Modeling and Simulation–Verification Simulation (VSIM)

The program has continued planning of validation efforts for F-35 modeling, development of the virtual battlespace environment, and integration of the two into one simulation intended for integrated test and evaluation. Several staff members were added over the last several months to the VSIM verification, validation, and accreditation (VV&A) management team. More work is needed to determine the adequacy of the current VSIM VV&A effort, with regard to manpower, integration with the lab and flight testing programs, and timing of verification and validation efforts with respect to the points in the program where the different components of VSIM need to be accredited for use. Although the VSIM VV&A management team may now be adequately manned, the detailed analytical work of model validation will have to be performed by experts in the individual subsystems and subsystem models, and the program has yet to clearly identify the manpower and other resources required to perform this detailed analysis. Furthermore, robust model validation is based on comparison of model performance with lab and flight test results. The program has only begun the process of matching validation data requirements to test events that can provide the required data. The upcoming integrated master schedule needs to assure that adequate time is allotted for the correction of model deficiencies identified in the validation process, including the required turnaround time for deficiency identification and correction, between the collection of data to analyze given models and dates at which fully validated versions models are required for use.

Modeling and Simulation–Other Models and Corporate Labs

The program’s latest modeling and simulation accreditation planning indicates a total of 34 models and virtual laboratories (including VSIM) for use as test venues in developmental testing need to be accredited.
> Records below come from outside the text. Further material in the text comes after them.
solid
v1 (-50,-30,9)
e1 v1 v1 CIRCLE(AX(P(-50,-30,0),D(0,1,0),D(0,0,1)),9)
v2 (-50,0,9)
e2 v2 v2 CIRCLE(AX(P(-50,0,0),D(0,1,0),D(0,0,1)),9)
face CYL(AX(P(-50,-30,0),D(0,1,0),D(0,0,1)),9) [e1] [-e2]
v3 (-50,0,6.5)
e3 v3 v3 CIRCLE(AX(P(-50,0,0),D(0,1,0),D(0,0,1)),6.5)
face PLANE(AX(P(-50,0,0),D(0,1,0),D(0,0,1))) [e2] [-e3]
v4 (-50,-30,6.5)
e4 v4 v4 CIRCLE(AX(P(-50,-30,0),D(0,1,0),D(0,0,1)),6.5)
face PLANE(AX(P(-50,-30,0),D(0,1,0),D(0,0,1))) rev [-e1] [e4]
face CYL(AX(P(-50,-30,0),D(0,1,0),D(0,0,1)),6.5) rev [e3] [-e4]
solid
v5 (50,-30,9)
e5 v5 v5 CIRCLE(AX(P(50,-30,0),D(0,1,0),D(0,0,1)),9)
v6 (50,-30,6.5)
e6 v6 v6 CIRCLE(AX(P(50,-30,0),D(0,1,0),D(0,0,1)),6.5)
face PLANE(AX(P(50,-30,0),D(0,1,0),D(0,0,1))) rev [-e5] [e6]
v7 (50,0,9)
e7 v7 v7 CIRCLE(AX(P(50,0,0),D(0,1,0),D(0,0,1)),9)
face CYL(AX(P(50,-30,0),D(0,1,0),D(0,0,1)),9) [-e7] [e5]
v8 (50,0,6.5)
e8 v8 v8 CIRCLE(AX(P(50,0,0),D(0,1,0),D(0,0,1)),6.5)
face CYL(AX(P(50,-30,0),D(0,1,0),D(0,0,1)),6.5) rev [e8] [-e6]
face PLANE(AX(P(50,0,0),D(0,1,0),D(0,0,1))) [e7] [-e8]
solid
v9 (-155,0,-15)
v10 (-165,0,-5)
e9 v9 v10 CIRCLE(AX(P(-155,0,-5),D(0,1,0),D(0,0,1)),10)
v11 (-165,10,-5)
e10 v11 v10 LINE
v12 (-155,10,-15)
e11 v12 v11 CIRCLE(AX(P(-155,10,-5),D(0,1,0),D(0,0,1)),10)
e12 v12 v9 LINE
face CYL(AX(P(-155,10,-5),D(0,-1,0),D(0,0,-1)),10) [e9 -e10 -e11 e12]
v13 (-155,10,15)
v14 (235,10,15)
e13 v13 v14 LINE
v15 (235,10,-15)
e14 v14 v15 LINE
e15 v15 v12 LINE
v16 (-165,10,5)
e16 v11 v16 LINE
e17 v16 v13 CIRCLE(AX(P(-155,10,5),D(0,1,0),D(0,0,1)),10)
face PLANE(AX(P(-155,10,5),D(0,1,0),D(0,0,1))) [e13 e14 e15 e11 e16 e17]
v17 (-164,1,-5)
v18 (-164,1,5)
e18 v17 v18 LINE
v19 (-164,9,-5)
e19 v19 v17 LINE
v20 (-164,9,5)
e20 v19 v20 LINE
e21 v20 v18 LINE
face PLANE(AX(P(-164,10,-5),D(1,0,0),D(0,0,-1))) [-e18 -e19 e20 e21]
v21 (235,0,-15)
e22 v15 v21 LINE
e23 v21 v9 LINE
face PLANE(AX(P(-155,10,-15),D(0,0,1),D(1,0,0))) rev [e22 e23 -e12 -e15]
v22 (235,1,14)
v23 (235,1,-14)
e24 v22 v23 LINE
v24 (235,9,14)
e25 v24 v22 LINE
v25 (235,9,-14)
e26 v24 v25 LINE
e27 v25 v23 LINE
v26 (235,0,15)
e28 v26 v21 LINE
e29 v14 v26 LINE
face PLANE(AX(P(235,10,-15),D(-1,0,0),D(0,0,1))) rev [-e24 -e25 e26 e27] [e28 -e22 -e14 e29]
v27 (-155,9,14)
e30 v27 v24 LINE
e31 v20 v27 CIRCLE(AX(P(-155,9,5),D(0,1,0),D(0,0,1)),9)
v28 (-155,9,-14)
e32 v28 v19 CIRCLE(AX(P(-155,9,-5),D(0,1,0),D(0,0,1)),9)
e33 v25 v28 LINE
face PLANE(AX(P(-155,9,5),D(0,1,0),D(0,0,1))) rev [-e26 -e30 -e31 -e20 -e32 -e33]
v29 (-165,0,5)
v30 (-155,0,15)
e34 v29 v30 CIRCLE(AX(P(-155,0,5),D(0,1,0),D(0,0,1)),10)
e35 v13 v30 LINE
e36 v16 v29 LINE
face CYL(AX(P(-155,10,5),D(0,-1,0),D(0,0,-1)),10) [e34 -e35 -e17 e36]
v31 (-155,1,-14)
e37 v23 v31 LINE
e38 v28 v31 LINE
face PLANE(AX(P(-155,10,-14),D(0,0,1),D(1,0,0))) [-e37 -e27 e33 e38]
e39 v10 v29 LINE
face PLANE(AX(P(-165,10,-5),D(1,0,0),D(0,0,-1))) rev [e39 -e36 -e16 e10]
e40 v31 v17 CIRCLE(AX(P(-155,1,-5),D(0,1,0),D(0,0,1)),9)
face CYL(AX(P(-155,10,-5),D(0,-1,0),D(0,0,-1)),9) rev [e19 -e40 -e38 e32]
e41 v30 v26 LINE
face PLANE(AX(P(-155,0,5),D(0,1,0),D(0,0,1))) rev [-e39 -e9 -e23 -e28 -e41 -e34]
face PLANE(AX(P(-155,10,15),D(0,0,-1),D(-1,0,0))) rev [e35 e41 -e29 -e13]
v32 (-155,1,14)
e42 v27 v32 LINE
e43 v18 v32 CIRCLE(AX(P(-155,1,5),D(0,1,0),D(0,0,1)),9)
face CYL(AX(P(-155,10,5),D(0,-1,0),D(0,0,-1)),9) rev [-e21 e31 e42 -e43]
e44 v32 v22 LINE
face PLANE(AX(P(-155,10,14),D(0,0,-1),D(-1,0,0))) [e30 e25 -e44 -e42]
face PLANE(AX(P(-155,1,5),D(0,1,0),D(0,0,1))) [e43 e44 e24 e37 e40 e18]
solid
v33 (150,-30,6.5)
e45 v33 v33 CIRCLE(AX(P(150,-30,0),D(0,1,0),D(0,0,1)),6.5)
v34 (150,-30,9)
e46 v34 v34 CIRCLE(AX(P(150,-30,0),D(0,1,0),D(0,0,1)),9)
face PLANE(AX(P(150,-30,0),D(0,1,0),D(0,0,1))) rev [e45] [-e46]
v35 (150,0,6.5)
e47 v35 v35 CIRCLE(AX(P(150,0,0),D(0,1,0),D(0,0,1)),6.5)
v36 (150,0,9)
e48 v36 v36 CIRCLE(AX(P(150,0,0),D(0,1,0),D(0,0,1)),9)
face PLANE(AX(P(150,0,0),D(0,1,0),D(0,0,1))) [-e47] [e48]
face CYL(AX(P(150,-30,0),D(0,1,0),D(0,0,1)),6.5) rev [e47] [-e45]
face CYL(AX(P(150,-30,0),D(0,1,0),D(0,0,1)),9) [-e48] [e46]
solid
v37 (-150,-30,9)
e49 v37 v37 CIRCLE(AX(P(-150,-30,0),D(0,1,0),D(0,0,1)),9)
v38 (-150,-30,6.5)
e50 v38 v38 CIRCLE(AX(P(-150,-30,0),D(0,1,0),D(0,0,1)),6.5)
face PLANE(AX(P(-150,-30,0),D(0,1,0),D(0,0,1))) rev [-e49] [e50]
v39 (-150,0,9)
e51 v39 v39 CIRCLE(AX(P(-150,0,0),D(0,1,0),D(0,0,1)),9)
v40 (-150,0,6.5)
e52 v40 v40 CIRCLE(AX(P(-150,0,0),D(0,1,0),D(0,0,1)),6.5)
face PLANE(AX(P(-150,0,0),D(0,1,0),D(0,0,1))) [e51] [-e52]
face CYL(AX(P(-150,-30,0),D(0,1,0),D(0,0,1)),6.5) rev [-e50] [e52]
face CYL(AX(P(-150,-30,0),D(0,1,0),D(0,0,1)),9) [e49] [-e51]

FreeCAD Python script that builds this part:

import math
import FreeCAD as App
import Part
import Sketcher


def faces_at(feature, points):
    """Names of the faces that lie closest to the given points."""
    faces = feature.Shape.Faces
    near = lambda p: min(range(len(faces)), key=lambda i: faces[i].distToShape(Part.Vertex(*p))[0])
    return sorted({f"Face{near(p) + 1}" for p in points})

doc = App.newDocument("Part")
body = doc.addObject("PartDesign::Body", "Body")

# Sketch on XZ plane
sketch1 = body.newObject("Sketcher::SketchObject", "Sketch")
sketch1.AttachmentSupport = (doc.getObject("XZ_Plane"), [""])
sketch1.MapMode = "FlatFace"
sketch1.addGeometry(Part.Circle(App.Vector(-150, 0, 0), App.Vector(0, 0, 1), 9), False)
sketch1.addGeometry(Part.Circle(App.Vector(-150, 0, 0), App.Vector(0, 0, 1), 6), False)
sketch1.addConstraint(Sketcher.Constraint("Coincident", 1, 3, 0, 3))
sketch1.addConstraint(Sketcher.Constraint("PointOnObject", 0, 3, -1))
sketch1.addConstraint(Sketcher.Constraint("Diameter", 0, 18.0))
sketch1.addConstraint(Sketcher.Constraint("Diameter", 1, 13.0))
sketch1.addConstraint(Sketcher.Constraint("DistanceX", 0, 3, -1, 1, 150.0))
pad1 = body.newObject("PartDesign::Pad", "Pad")
pad1.Profile = sketch1
pad1.Length = 30
body2 = doc.addObject("PartDesign::Body", "Body001")

# Sketch on XZ plane
sketch2 = body2.newObject("Sketcher::SketchObject", "Sketch001")
sketch2.AttachmentSupport = (doc.getObject("XZ_Plane001"), [""])
sketch2.MapMode = "FlatFace"
sketch2.addGeometry(Part.Circle(App.Vector(-50, 0, 0), App.Vector(0, 0, 1), 9), False)
sketch2.addGeometry(Part.Circle(App.Vector(-50, 0, 0), App.Vector(0, 0, 1), 6), False)
sketch2.addConstraint(Sketcher.Constraint("Coincident", 1, 3, 0, 3))
sketch2.addConstraint(Sketcher.Constraint("PointOnObject", 0, 3, -1))
sketch2.addConstraint(Sketcher.Constraint("Diameter", 0, 18.0))
sketch2.addConstraint(Sketcher.Constraint("Diameter", 1, 13.0))
sketch2.addConstraint(Sketcher.Constraint("DistanceX", 0, 3, -1, 1, 50.0))
pad2 = body2.newObject("PartDesign::Pad", "Pad001")
pad2.Profile = sketch2
pad2.Length = 30
body3 = doc.addObject("PartDesign::Body", "Body002")

# Sketch on XZ plane
sketch3 = body3.newObject("Sketcher::SketchObject", "Sketch002")
sketch3.AttachmentSupport = (doc.getObject("XZ_Plane002"), [""])
sketch3.MapMode = "FlatFace"
sketch3.addGeometry(Part.Circle(App.Vector(50, 0, 0), App.Vector(0, 0, 1), 9), False)
sketch3.addGeometry(Part.Circle(App.Vector(50, 0, 0), App.Vector(0, 0, 1), 6), False)
sketch3.addConstraint(Sketcher.Constraint("Coincident", 1, 3, 0, 3))
sketch3.addConstraint(Sketcher.Constraint("PointOnObject", 0, 3, -1))
sketch3.addConstraint(Sketcher.Constraint("Diameter", 0, 18.0))
sketch3.addConstraint(Sketcher.Constraint("Diameter", 1, 13.0))
sketch3.addConstraint(Sketcher.Constraint("DistanceX", -1, 1, 0, 3, 50.0))
pad3 = body3.newObject("PartDesign::Pad", "Pad002")
pad3.Profile = sketch3
pad3.Length = 30
body4 = doc.addObject("PartDesign::Body", "Body003")

# Sketch on XZ plane
sketch4 = body4.newObject("Sketcher::SketchObject", "Sketch003")
sketch4.AttachmentSupport = (doc.getObject("XZ_Plane003"), [""])
sketch4.MapMode = "FlatFace"
sketch4.addGeometry(Part.Circle(App.Vector(150, 0, 0), App.Vector(0, 0, 1), 9), False)
sketch4.addGeometry(Part.Circle(App.Vector(150, 0, 0), App.Vector(0, 0, 1), 6), False)
sketch4.addConstraint(Sketcher.Constraint("Coincident", 1, 3, 0, 3))
sketch4.addConstraint(Sketcher.Constraint("PointOnObject", 0, 3, -1))
sketch4.addConstraint(Sketcher.Constraint("Diameter", 0, 18.0))
sketch4.addConstraint(Sketcher.Constraint("Diameter", 1, 13.0))
sketch4.addConstraint(Sketcher.Constraint("DistanceX", -1, 1, 0, 3, 150.0))
pad4 = body4.newObject("PartDesign::Pad", "Pad003")
pad4.Profile = sketch4
pad4.Length = 30
body5 = doc.addObject("PartDesign::Body", "Body004")

# Sketch on XZ plane
sketch5 = body5.newObject("Sketcher::SketchObject", "Sketch004")
sketch5.AttachmentSupport = (doc.getObject("XZ_Plane004"), [""])
sketch5.MapMode = "FlatFace"
sketch5.addGeometry(Part.LineSegment(App.Vector(235, -15, 0), App.Vector(-155, -15, 0)), False)
sketch5.addGeometry(Part.ArcOfCircle(Part.Circle(App.Vector(-155, -5, 0), App.Vector(0, 0, 1), 10), math.radians(180), math.radians(270)), False)
sketch5.addGeometry(Part.LineSegment(App.Vector(-165, -5, 0), App.Vector(-165, 5, 0)), False)
sketch5.addGeometry(Part.ArcOfCircle(Part.Circle(App.Vector(-155, 5, 0), App.Vector(0, 0, 1), 10), math.radians(90), math.radians(180)), False)
sketch5.addGeometry(Part.LineSegment(App.Vector(-155, 15, 0), App.Vector(235, 15, 0)), False)
sketch5.addGeometry(Part.LineSegment(App.Vector(235, 15, 0), App.Vector(235, -15, 0)), False)
sketch5.addConstraint(Sketcher.Constraint("Tangent", 0, 2, 1, 2))
sketch5.addConstraint(Sketcher.Constraint("Tangent", 1, 1, 2, 1))
sketch5.addConstraint(Sketcher.Constraint("Tangent", 2, 2, 3, 2))
sketch5.addConstraint(Sketcher.Constraint("Tangent", 3, 1, 4, 1))
sketch5.addConstraint(Sketcher.Constraint("Coincident", 4, 2, 5, 1))
sketch5.addConstraint(Sketcher.Constraint("Coincident", 5, 2, 0, 1))
sketch5.addConstraint(Sketcher.Constraint("Horizontal", 0))
sketch5.addConstraint(Sketcher.Constraint("Vertical", 2))
sketch5.addConstraint(Sketcher.Constraint("Horizontal", 4))
sketch5.addConstraint(Sketcher.Constraint("Vertical", 5))
sketch5.addConstraint(Sketcher.Constraint("Equal", 1, 3))
sketch5.addConstraint(Sketcher.Constraint("Radius", 1, 10.0))
sketch5.addConstraint(Sketcher.Constraint("DistanceX", 0, 2, 0, 1, 390.0))
sketch5.addConstraint(Sketcher.Constraint("DistanceY", 2, 1, 2, 2, 10.0))
sketch5.addConstraint(Sketcher.Constraint("DistanceX", 1, 3, -1, 1, 155.0))
sketch5.addConstraint(Sketcher.Constraint("DistanceY", 1, 3, -1, 1, 5.0))
pad5 = body5.newObject("PartDesign::Pad", "Pad004")
pad5.Profile = sketch5
pad5.Length = 10
pad5.Reversed = True
doc.recompute()

thickness = body5.newObject("PartDesign::Thickness", "Thickness")
thickness.Base = (pad5, faces_at(pad5, [(235, 5, 0)]))
thickness.Value = 1
thickness.Reversed = True
thickness.Join = "Intersection"

doc.recompute()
The program had originally planned to accredit 11 models by the end of FY 10, but delays and the current re-plan are moving most of those accreditations to completion at later times, with a new schedule awaiting the re-plan results. Three accreditations have been completed so far. The need dates for model accreditation are, in many cases, tied to delivery dates for capabilities in the jet. That is, as mission capabilities shift from one configuration block to another, the dates at which the capabilities will be verified move accordingly; likewise the dates at which the models used in verifying those capabilities need to be accredited. In other words, the schedule for modeling and simulation accreditation is currently dynamic, and will remain so until the schedules for delivering capability to which accreditation is tied have stabilized.

Propulsion Testing

Ground testing for production qualification is completed for the F135 STOVL propulsion system, and CTOL ground testing is planned to complete in July. Flight test of the production-representative F135 initial service release (ISR) engine has continued in all three variants and is making progress consistent with the post-TBR plans: STOVL ISR flight test has accomplished approximately 25 percent of the total SDD test points required; CTOL flight test has completed approximately 33 percent of the total test points required; and CV flight test has completed approximately 27 percent of ISR test points. Two CTOL flight sciences test aircraft engines have been modified to correct the engine afterburner “screech” problem that was reported last year. Engine afterburner screech did not slow flight test. A small number of test points were attempted last year and could not be achieved due to the screech-driven limitation. Flight test planners deferred testing in the regimes where screech limits operations, and have instead been conducting other testing–essentially re-sequencing test events. One of the recently modified CTOL test aircraft has flown test points in the regime that could not be sustained last year due to screech and was able to achieve the desired test conditions. Continued flight test will determine the efficacy of the modifications to the engine made to correct screech.